- [Problem description] Retype, word for word, every line from the one holding "#259=FACE_BOUND('',#258,.T.);" through the one holding "#267=EDGE_LOOP('',(#266));" in the entries below, both included, and only those lines.
[[ Exercise materials, beginning ]]
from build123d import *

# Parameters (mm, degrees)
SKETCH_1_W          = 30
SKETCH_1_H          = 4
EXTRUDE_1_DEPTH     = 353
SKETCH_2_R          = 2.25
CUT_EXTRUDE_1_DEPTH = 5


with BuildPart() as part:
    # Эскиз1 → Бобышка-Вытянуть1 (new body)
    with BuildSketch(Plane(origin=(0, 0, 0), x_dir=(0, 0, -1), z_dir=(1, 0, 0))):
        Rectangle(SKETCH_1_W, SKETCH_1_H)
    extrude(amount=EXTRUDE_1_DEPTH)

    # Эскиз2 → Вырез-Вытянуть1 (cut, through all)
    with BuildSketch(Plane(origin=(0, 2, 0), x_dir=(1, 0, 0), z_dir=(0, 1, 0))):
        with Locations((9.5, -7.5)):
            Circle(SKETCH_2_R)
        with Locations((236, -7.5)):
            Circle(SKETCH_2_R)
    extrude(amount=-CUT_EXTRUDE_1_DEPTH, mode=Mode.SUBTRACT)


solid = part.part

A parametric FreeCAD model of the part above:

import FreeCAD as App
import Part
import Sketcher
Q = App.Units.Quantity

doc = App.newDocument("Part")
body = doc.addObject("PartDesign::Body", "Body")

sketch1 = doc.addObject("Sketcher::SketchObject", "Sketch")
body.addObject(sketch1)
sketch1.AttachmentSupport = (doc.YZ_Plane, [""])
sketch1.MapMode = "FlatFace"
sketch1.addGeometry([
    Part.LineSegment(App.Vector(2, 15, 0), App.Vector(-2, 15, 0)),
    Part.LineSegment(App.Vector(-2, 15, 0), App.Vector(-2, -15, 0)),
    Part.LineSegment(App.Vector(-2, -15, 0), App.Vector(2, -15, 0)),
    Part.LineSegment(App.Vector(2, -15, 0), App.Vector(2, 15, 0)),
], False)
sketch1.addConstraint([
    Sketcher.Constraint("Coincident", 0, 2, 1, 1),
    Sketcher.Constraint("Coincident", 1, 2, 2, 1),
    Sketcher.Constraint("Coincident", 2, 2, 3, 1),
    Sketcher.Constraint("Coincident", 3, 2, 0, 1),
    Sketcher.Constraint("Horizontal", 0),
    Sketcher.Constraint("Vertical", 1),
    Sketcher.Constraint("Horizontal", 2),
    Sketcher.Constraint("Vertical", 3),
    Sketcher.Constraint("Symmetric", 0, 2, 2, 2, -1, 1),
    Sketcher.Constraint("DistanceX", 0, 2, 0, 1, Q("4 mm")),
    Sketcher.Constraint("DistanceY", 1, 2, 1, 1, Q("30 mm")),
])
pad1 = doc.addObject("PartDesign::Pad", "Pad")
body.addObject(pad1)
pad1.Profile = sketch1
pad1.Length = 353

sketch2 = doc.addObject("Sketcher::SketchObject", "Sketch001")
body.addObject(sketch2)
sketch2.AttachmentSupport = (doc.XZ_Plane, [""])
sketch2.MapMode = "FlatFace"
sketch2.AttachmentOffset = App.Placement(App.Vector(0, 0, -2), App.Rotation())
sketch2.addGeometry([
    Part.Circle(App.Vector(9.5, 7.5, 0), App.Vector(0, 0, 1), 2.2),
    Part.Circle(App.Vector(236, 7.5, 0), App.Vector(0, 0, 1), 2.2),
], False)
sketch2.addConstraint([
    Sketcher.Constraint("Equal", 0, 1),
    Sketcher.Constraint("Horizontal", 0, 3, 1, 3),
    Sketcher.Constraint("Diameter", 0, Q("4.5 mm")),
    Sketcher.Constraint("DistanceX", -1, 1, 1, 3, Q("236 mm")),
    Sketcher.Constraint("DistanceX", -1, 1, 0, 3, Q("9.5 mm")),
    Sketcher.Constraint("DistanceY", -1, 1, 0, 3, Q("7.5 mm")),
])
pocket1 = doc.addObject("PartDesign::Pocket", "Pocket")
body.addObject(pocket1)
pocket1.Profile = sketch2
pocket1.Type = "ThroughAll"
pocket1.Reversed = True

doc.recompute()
[[ Exercise materials, end ]]
[[ Exercise materials, beginning ]]
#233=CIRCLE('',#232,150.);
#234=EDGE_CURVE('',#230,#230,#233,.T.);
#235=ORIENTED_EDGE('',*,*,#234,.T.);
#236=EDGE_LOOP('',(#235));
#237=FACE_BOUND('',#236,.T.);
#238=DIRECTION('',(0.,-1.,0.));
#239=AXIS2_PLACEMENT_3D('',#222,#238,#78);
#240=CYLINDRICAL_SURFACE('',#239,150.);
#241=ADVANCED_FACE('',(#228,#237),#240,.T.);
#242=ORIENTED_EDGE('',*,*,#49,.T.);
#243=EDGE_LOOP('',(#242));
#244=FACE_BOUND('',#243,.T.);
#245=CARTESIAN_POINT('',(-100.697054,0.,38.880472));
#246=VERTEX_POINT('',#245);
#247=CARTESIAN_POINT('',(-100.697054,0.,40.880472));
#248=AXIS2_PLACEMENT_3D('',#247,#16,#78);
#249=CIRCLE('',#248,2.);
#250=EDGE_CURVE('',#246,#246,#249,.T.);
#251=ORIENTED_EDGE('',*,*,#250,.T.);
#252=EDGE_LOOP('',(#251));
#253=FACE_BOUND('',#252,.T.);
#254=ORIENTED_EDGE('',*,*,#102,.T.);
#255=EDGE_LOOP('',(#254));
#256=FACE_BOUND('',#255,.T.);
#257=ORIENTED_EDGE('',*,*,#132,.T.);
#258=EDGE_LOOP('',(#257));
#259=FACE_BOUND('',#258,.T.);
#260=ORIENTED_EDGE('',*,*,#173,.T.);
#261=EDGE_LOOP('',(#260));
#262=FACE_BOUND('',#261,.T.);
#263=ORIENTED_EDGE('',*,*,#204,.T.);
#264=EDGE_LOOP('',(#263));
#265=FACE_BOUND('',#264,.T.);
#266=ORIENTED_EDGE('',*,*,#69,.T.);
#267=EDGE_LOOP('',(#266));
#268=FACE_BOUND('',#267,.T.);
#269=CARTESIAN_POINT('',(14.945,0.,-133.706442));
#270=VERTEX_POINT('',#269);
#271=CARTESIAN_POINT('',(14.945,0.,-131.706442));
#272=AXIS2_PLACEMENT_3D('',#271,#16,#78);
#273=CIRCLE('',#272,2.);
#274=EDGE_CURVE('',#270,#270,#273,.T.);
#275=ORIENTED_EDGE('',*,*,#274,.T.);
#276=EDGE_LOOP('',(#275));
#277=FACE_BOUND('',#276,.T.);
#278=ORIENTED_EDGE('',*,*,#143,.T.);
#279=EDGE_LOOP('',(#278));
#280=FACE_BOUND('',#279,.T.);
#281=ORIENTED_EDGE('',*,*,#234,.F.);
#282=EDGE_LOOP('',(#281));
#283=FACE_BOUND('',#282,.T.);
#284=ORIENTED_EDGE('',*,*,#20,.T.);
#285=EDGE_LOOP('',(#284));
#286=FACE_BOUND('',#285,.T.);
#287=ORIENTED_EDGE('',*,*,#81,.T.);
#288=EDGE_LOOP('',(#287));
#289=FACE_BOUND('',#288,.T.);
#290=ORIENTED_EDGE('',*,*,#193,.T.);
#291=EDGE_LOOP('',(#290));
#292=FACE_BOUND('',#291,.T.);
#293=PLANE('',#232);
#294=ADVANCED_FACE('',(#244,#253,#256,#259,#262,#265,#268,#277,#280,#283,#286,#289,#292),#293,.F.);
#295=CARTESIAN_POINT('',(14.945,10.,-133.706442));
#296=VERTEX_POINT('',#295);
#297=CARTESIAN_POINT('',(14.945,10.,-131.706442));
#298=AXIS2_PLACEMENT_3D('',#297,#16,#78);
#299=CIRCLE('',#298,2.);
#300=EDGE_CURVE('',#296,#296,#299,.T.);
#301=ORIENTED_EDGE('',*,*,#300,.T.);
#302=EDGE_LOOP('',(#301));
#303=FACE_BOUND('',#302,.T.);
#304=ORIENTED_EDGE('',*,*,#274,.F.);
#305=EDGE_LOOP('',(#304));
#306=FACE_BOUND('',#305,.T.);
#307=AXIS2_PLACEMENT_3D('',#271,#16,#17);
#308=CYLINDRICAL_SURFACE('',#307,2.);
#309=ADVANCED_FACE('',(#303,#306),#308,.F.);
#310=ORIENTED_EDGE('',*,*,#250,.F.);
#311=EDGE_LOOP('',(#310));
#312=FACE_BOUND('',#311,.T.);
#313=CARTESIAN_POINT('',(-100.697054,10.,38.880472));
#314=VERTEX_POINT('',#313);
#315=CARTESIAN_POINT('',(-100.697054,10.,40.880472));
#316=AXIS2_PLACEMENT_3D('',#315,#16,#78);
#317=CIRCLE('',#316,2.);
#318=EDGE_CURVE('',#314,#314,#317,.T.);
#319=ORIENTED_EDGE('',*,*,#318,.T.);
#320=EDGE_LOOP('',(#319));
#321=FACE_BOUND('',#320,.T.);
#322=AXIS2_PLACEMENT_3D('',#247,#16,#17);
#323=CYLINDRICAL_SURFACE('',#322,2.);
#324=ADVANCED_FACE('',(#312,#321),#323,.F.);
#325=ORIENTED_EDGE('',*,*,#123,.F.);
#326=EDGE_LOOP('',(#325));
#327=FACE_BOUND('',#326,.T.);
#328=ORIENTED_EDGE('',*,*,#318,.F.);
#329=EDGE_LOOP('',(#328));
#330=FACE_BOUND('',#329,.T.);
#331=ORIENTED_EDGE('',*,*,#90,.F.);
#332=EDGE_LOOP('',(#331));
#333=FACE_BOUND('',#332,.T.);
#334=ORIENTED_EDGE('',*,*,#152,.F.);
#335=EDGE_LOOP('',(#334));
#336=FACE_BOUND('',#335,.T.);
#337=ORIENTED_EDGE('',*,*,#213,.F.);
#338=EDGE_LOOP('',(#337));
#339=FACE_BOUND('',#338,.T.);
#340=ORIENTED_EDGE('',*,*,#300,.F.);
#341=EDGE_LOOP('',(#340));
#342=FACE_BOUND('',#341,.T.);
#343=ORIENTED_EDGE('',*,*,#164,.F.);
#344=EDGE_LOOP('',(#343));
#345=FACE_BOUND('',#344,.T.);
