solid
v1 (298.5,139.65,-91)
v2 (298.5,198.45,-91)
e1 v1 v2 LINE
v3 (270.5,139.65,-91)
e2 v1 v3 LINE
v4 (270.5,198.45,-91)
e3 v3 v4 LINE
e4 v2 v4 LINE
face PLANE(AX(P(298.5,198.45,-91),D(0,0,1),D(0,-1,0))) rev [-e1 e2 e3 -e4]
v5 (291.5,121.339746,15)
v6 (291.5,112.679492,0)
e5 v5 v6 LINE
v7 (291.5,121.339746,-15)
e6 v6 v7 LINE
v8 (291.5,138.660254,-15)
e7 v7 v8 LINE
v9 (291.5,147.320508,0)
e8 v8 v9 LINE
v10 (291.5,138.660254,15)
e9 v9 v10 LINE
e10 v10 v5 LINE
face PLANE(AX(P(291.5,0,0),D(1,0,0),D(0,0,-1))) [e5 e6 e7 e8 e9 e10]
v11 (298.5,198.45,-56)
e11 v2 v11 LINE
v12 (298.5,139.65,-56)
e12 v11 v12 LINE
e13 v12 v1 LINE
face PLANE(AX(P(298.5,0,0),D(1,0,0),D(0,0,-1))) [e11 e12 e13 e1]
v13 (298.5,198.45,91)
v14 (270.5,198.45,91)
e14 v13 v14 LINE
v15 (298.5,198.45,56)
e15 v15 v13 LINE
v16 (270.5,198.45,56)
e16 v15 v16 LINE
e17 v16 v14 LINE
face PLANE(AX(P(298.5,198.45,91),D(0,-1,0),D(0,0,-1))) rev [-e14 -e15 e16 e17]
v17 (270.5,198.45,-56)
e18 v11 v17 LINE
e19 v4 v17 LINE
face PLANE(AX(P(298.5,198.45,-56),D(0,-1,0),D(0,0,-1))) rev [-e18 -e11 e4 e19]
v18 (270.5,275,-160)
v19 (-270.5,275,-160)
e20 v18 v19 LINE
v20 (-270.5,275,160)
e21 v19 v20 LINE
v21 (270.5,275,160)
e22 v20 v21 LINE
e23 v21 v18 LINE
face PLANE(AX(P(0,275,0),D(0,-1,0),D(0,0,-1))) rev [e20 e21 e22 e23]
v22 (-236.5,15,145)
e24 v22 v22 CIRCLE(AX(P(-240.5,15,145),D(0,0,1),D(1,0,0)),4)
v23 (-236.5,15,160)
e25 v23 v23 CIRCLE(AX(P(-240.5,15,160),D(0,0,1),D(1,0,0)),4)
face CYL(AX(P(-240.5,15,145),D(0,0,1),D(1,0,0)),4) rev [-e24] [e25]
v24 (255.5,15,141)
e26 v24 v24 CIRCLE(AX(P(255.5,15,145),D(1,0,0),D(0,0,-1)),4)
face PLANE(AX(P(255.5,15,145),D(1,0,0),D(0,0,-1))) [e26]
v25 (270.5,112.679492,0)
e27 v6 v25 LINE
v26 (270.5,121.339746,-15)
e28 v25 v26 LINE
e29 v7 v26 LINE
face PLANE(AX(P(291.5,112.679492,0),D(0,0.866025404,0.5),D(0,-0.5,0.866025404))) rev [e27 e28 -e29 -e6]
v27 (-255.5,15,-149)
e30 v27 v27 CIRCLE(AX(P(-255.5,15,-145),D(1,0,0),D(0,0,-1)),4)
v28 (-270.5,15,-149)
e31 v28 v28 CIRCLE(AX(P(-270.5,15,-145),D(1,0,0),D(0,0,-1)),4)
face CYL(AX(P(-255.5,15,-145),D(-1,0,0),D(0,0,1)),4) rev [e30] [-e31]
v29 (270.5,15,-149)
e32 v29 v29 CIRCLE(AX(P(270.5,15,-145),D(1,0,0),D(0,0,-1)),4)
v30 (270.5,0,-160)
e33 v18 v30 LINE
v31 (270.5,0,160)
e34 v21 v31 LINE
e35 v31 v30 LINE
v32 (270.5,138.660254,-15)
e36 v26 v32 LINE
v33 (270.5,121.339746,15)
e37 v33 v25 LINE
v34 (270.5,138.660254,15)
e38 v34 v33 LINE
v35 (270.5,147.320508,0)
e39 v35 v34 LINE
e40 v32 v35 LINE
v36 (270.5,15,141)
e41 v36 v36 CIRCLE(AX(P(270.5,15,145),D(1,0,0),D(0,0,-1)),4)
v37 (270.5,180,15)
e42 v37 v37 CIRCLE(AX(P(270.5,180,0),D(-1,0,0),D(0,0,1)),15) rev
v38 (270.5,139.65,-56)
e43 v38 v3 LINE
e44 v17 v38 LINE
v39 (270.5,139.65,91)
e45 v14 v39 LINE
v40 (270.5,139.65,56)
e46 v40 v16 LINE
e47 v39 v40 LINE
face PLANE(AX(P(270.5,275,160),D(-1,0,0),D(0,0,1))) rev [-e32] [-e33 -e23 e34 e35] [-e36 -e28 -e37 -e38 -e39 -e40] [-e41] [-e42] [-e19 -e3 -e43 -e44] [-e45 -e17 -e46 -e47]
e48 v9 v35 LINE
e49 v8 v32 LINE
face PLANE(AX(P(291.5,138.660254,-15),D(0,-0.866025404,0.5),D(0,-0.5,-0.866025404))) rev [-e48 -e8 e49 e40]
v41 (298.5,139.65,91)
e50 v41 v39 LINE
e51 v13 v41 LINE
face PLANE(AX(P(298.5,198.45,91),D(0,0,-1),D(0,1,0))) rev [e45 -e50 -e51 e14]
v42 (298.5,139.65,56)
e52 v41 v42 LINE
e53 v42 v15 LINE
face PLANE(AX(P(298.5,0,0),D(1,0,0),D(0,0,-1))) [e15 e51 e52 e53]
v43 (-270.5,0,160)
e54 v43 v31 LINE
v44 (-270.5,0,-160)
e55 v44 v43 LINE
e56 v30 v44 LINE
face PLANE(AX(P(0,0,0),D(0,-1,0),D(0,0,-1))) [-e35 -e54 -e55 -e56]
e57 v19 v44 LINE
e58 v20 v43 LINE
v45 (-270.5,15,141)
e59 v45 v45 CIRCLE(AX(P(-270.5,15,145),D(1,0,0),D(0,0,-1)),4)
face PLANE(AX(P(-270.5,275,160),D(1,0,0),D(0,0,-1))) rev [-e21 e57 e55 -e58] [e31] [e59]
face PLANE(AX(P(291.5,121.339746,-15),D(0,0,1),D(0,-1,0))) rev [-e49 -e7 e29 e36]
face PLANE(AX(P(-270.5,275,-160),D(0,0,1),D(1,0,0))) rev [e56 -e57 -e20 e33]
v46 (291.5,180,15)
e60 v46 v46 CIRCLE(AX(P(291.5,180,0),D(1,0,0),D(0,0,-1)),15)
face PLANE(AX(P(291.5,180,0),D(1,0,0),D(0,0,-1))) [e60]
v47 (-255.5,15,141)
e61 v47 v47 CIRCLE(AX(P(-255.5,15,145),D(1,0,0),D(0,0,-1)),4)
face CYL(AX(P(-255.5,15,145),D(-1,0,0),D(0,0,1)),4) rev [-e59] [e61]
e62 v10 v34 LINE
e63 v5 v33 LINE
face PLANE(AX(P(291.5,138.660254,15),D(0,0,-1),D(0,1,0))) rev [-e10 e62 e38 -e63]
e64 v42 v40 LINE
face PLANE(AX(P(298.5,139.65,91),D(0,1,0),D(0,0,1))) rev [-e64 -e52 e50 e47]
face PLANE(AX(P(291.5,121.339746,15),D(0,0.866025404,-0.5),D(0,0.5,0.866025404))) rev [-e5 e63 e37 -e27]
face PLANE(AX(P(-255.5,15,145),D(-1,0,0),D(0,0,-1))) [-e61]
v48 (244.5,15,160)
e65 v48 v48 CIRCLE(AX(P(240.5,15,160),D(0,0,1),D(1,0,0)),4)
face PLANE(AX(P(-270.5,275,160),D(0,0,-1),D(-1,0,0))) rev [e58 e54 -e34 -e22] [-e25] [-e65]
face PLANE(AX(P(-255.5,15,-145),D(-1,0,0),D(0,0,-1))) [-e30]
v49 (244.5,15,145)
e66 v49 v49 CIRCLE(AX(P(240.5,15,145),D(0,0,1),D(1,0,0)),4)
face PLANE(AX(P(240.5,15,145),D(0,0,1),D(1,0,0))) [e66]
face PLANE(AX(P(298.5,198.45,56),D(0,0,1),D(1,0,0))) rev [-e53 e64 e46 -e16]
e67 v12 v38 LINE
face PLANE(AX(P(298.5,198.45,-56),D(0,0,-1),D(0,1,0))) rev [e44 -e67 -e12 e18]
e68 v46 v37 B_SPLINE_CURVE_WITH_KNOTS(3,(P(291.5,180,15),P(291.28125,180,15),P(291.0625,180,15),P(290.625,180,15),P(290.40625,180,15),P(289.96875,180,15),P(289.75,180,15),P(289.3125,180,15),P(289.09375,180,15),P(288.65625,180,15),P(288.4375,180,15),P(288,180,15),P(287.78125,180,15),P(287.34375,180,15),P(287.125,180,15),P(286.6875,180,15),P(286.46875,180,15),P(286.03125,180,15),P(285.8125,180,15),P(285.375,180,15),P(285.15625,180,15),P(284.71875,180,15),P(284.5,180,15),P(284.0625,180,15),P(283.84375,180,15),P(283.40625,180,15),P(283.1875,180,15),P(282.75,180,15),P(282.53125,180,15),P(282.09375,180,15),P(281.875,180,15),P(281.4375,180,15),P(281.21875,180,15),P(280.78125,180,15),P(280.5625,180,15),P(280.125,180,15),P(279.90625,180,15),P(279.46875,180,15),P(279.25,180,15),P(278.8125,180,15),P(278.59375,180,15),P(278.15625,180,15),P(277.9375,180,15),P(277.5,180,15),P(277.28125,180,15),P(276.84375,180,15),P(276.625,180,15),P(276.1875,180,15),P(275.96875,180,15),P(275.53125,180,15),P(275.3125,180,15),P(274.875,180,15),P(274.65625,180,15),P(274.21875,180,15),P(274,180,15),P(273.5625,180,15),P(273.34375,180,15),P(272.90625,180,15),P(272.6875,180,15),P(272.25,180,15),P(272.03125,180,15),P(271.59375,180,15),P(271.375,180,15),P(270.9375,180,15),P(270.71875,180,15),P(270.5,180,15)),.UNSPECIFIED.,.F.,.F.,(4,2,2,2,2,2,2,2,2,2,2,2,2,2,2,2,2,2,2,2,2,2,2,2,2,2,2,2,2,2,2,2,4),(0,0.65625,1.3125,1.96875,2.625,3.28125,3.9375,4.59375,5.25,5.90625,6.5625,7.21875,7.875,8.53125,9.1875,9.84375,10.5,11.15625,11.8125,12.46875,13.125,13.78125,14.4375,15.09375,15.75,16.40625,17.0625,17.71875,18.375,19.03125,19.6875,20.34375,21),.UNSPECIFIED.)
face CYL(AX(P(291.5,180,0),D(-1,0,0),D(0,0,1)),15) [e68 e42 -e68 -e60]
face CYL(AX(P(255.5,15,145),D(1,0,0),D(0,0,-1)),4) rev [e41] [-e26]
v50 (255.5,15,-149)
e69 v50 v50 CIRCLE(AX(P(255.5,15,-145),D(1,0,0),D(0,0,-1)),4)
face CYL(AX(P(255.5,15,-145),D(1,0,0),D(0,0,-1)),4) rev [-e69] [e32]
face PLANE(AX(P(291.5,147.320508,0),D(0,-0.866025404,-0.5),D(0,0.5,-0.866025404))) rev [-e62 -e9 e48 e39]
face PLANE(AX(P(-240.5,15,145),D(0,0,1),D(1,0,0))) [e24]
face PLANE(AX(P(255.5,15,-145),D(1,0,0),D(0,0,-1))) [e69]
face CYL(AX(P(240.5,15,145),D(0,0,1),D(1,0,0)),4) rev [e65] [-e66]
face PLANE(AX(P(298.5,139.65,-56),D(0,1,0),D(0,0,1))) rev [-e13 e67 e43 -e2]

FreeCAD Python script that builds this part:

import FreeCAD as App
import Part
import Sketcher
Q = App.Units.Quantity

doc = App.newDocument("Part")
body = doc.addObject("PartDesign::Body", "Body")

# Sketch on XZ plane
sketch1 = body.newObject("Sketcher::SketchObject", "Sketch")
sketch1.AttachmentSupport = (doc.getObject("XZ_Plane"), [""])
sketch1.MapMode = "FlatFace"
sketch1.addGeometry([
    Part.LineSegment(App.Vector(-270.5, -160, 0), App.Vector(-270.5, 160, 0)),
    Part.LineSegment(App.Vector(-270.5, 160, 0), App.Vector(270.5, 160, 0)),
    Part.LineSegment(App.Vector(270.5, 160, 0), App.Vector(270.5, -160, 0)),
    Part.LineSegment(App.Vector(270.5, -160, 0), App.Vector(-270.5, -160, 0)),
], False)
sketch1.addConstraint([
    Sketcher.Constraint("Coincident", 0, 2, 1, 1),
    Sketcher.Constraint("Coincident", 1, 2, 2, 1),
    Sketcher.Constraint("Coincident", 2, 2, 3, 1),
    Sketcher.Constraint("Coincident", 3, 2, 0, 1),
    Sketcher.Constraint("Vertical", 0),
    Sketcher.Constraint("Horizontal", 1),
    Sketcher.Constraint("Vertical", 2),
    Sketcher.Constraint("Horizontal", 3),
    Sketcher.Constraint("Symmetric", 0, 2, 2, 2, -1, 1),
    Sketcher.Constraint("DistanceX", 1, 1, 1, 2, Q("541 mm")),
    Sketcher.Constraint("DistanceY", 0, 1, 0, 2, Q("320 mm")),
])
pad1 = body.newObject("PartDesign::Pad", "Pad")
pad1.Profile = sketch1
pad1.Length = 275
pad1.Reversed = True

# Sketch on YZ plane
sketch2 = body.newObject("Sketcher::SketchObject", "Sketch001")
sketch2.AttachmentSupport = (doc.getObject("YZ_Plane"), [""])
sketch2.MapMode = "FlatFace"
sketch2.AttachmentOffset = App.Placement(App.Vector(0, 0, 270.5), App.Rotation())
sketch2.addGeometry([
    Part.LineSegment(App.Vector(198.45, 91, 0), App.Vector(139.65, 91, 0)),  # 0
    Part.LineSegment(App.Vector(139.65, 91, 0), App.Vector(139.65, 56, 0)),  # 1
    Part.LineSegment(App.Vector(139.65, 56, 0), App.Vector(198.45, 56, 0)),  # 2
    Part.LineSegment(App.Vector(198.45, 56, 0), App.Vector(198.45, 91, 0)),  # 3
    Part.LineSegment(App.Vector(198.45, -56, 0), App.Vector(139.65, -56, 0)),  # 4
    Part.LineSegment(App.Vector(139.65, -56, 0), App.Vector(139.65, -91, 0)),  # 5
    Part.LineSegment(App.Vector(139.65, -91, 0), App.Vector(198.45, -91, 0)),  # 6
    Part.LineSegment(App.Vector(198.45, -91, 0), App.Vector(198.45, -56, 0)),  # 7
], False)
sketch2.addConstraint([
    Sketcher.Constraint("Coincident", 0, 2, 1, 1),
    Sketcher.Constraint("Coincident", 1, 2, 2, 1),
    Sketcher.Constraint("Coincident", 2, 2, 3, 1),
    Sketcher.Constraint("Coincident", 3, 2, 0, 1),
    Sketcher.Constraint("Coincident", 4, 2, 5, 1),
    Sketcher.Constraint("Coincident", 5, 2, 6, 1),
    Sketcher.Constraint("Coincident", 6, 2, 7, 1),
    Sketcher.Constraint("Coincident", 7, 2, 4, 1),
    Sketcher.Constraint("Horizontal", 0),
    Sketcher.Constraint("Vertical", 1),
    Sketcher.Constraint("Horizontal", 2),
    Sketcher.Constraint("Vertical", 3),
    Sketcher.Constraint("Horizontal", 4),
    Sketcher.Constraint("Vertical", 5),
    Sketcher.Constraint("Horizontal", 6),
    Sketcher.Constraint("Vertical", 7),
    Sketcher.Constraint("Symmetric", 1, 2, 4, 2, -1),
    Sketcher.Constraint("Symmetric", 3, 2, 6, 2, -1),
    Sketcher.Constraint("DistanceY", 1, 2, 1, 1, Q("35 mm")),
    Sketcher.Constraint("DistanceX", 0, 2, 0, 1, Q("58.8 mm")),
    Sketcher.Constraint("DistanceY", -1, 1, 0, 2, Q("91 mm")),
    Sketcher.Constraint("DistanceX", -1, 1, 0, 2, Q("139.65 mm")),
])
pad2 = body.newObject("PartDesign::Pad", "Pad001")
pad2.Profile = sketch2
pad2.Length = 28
[[ Exercise materials, end ]]
- [Exercise output]
#259=FACE_BOUND('',#258,.T.);
#260=ORIENTED_EDGE('',*,*,#173,.T.);
#261=EDGE_LOOP('',(#260));
#262=FACE_BOUND('',#261,.T.);
#263=ORIENTED_EDGE('',*,*,#204,.T.);
#264=EDGE_LOOP('',(#263));
#265=FACE_BOUND('',#264,.T.);
#266=ORIENTED_EDGE('',*,*,#69,.T.);
#267=EDGE_LOOP('',(#266));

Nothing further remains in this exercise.